Impact investing is attracting increased interest from various investors. But what is success based on?
While most Ultra High Net Worth (UHNW) families support considering social and environmental returns, many professional money managers could be more supportive.
One reason is a need for more reliable impact data. Fortunately, new methods are helping address this issue.
Key Performance Indicators (KPIs)
Using a set of KPIs is essential for measuring impact and addressing the needs of different stakeholders. Investors prioritizing investment returns may focus on impact considerations that optimize financial performance, while those aiming to create the most social good often prioritize scale and sustainability.
Investees may provide data via public reports, private reports, and ongoing engagement, including a board seat (for private equity and debt investments).

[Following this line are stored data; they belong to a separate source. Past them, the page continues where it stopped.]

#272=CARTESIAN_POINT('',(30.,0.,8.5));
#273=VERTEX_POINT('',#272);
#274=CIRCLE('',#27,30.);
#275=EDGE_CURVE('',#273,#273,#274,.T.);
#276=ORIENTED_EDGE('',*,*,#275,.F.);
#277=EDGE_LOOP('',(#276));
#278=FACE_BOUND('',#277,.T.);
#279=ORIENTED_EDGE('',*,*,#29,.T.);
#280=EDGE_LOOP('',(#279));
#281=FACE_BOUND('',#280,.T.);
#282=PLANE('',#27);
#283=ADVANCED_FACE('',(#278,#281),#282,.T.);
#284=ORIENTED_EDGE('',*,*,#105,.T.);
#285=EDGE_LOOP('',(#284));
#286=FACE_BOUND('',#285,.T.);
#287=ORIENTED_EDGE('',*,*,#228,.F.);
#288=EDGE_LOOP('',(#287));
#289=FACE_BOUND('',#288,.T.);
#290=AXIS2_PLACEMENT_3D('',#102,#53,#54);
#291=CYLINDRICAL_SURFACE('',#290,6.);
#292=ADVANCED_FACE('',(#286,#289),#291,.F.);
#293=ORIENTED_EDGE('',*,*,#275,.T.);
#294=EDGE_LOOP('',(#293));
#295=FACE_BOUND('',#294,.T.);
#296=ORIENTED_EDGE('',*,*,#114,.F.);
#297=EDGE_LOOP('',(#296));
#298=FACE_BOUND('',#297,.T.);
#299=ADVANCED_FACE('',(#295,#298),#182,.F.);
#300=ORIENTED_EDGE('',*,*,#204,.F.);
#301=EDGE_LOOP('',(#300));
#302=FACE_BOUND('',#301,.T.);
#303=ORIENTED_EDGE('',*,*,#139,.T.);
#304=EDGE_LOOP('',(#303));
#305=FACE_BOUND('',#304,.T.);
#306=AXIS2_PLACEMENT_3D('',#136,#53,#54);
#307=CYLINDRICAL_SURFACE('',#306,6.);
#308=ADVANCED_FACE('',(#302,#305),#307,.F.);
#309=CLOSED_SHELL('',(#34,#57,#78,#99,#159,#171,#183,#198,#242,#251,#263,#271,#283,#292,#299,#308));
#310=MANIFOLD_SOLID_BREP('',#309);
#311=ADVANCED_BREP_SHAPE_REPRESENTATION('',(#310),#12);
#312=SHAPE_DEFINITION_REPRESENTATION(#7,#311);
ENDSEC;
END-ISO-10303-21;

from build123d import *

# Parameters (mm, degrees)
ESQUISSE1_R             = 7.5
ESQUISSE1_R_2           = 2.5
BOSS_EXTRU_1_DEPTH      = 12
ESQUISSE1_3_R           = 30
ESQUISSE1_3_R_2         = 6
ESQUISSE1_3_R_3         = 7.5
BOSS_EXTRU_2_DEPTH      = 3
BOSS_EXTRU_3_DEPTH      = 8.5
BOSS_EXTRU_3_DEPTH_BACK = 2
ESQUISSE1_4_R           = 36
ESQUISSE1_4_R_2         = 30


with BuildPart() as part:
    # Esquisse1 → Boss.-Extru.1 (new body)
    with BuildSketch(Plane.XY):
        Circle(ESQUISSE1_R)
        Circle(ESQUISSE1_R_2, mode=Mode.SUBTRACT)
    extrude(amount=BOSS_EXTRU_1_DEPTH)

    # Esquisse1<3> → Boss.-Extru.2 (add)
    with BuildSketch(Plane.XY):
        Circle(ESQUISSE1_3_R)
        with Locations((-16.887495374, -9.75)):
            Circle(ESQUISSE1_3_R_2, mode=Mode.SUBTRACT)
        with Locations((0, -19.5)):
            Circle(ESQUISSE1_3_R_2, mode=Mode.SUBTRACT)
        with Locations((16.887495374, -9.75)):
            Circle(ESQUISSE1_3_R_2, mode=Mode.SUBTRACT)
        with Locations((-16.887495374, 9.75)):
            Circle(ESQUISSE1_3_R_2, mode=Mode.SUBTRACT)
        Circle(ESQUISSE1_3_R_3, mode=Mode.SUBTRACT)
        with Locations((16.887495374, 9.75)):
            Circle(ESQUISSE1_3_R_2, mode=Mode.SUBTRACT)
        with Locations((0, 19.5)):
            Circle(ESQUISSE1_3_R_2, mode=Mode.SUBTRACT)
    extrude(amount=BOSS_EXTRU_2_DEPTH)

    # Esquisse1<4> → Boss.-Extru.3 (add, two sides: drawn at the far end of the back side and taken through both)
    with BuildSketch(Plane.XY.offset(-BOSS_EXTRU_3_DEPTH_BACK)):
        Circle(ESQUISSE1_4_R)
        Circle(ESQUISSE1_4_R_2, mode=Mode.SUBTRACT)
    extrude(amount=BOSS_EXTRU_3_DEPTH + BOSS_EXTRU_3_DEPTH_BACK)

Some investors may use standard industry tools such as IRIS+ to align with impact objectives and benchmark like the UN Sustainable Development Goals.
When selecting KPIs for impact investment, consider how they align with your values and goals. You should also be aware of how your choices can have implications for the sustainability of an investee and its ability to scale up. For instance, avoid survey fatigue among beneficiaries by focusing on a few surveys yearly instead of many.
While more data is needed for impact investors, new initiatives attempt to address these challenges by creating more systematic and comparable analytical tools. Impact management is important in impact investing measurement because they generate the evidence to show that positive social returns are being achieved while also helping identify negative impacts that may go unnoticed or unchecked.
Choosing the right metrics depends on the investor’s goals and priorities. For example, if the investor prioritizes adaptability and speed, simple methodologies like surveys are more useful than methods that require extensive monitoring resources over longer periods. On the other hand, if the investor’s goal is to determine how many lives are being saved, the most reliable data comes from randomized controlled trials (RCTs), which randomly assign individuals to either an impact initiative or a control group. This method is less prone to bias, but it is more expensive than other measuring methods.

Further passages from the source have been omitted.